• _Problem_
Nothing outside the range below should be printed. Output exactly the lines from the line with "f 169 171 168" to the line with "f 206 205 204", both included.

[[ Record set, beginning ]]

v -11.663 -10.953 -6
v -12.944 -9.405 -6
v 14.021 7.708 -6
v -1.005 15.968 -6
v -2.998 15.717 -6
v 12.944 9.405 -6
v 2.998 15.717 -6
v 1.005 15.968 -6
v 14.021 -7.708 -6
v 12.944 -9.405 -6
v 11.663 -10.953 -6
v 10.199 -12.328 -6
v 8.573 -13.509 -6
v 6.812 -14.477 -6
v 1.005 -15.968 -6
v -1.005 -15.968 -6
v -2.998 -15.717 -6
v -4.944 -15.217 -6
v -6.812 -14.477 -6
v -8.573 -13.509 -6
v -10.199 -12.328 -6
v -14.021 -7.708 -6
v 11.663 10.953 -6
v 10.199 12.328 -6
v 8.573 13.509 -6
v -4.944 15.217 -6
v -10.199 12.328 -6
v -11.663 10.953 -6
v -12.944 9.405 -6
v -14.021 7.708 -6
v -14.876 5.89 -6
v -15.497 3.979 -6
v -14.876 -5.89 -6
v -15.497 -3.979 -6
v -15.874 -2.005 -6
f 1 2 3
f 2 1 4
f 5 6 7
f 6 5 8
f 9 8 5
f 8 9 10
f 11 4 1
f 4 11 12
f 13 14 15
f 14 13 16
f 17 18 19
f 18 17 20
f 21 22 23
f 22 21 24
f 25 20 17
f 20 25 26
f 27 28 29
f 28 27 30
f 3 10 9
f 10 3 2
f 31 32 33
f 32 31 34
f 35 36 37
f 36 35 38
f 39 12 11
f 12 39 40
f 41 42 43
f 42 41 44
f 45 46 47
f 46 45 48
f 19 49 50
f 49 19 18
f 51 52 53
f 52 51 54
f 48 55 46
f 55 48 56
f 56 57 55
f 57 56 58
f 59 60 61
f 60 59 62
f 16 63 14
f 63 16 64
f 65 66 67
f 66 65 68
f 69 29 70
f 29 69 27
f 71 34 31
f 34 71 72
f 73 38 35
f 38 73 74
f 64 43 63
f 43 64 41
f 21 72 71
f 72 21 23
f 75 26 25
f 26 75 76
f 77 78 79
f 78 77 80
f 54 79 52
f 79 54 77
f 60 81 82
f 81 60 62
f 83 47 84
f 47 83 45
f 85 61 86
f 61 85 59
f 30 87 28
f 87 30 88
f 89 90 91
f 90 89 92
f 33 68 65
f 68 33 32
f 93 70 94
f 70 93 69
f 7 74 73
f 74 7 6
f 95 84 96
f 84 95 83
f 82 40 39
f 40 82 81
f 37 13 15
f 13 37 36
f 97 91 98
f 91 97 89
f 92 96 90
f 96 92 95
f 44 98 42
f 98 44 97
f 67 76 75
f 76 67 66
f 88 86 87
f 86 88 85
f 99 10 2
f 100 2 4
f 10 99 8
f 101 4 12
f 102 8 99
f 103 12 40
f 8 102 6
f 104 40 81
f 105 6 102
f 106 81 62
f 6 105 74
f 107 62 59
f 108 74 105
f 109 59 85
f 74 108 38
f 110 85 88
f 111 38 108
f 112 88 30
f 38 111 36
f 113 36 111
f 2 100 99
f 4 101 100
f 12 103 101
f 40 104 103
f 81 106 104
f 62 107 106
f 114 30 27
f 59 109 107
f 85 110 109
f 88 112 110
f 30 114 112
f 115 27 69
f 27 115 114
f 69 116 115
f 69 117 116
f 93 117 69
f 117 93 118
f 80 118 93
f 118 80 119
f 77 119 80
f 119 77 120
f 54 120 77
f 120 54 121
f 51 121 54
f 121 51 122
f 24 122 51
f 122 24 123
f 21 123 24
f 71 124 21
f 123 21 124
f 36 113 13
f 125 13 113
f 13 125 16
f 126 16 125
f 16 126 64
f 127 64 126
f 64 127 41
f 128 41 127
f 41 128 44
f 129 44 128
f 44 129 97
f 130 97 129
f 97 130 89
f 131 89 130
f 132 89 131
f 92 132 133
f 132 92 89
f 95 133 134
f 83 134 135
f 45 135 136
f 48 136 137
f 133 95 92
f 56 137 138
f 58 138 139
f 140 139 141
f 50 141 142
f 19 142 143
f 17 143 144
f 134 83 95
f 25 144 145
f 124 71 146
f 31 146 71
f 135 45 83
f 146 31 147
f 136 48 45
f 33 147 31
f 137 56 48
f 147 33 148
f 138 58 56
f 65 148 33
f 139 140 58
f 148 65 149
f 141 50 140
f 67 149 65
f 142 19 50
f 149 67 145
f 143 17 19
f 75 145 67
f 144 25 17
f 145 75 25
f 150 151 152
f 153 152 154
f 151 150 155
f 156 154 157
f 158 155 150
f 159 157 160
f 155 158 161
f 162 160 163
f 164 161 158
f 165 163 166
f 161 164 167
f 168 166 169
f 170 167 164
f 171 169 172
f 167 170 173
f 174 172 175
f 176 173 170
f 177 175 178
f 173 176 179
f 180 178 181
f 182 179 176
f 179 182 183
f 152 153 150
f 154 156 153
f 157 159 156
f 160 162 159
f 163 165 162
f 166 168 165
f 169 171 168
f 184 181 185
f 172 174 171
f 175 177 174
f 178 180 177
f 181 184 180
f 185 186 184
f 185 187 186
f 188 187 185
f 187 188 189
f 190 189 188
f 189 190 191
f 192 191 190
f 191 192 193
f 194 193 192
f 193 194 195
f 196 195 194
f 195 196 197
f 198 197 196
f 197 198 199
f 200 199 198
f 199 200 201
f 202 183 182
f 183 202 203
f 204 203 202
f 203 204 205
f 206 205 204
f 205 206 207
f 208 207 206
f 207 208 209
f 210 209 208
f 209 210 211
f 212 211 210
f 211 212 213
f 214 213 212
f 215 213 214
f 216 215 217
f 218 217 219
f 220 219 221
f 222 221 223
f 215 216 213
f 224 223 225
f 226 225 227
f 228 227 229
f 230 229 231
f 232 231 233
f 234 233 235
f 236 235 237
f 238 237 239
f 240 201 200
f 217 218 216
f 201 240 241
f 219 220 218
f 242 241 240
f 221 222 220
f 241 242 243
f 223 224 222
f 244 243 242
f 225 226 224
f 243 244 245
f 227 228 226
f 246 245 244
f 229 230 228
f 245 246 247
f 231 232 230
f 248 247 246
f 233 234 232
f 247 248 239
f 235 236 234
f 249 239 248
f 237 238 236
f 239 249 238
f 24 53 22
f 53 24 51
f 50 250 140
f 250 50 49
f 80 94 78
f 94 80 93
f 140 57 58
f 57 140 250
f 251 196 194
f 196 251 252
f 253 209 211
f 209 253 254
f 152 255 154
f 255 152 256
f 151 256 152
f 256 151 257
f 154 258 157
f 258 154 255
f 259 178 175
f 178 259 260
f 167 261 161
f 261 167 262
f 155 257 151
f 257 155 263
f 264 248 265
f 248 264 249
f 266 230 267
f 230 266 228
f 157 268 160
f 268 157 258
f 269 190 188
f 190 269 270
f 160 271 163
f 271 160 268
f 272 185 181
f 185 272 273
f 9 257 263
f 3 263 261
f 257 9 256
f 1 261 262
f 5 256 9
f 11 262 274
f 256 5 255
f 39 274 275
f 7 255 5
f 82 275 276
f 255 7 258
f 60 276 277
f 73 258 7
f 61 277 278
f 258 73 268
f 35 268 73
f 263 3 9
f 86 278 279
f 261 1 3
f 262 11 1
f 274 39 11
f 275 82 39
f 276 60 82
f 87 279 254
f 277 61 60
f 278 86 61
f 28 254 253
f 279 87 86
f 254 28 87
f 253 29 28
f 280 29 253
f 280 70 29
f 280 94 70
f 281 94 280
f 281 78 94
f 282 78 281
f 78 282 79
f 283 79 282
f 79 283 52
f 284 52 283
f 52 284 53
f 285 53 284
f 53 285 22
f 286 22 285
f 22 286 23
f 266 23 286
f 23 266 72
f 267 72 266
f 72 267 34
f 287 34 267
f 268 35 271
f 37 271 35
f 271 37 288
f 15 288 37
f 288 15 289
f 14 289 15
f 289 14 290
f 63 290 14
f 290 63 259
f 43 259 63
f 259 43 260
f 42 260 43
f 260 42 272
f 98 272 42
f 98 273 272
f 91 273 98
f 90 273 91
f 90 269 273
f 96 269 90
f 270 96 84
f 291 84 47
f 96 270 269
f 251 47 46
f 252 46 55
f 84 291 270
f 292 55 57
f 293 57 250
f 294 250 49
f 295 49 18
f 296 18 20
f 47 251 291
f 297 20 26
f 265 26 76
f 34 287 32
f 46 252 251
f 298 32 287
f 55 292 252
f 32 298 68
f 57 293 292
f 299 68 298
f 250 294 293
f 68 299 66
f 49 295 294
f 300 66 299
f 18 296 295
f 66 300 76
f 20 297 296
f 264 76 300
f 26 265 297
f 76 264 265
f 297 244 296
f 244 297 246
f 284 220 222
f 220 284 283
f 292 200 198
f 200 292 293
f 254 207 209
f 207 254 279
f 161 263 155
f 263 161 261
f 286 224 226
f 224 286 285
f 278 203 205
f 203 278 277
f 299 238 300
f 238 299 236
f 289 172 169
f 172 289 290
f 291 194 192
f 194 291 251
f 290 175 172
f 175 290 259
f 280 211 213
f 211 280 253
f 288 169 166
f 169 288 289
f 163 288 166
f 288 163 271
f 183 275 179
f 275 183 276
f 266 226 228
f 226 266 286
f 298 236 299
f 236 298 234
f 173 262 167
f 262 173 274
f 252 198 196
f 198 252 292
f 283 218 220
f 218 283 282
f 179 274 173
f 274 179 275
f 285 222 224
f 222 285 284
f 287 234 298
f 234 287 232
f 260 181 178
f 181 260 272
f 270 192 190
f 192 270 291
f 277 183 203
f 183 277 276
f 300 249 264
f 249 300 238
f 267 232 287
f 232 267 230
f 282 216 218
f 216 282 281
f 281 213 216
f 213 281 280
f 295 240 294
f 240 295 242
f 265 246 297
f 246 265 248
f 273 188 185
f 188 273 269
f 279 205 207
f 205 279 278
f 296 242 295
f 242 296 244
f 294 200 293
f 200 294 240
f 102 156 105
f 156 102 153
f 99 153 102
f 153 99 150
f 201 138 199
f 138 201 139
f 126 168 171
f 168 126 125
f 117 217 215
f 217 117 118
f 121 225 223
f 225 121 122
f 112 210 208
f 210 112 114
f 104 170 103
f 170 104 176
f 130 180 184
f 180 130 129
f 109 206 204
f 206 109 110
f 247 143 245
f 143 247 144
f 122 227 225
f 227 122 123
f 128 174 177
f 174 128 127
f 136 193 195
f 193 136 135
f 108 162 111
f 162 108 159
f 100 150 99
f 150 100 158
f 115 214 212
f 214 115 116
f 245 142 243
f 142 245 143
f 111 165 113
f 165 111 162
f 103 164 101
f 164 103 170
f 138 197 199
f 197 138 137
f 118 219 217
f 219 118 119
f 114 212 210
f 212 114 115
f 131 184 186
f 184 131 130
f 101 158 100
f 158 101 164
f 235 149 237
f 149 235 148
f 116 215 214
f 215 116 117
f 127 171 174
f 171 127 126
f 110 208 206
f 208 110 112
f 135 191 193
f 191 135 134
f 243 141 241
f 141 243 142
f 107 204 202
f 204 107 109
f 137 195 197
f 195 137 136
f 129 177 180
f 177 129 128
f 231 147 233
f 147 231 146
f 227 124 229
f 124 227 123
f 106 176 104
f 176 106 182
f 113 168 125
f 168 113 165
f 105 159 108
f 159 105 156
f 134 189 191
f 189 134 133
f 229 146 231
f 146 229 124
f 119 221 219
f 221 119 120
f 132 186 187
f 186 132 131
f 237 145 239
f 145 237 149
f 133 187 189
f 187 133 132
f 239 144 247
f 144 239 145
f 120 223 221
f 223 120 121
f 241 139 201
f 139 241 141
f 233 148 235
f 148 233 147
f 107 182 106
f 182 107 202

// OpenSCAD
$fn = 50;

[[ Record set, end ]]

• _Exercise response_
f 169 171 168
f 184 181 185
f 172 174 171
f 175 177 174
f 178 180 177
f 181 184 180
f 185 186 184
f 185 187 186
f 188 187 185
f 187 188 189
f 190 189 188
f 189 190 191
f 192 191 190
f 191 192 193
f 194 193 192
f 193 194 195
f 196 195 194
f 195 196 197
f 198 197 196
f 197 198 199
f 200 199 198
f 199 200 201
f 202 183 182
f 183 202 203
f 204 203 202
f 203 204 205
f 206 205 204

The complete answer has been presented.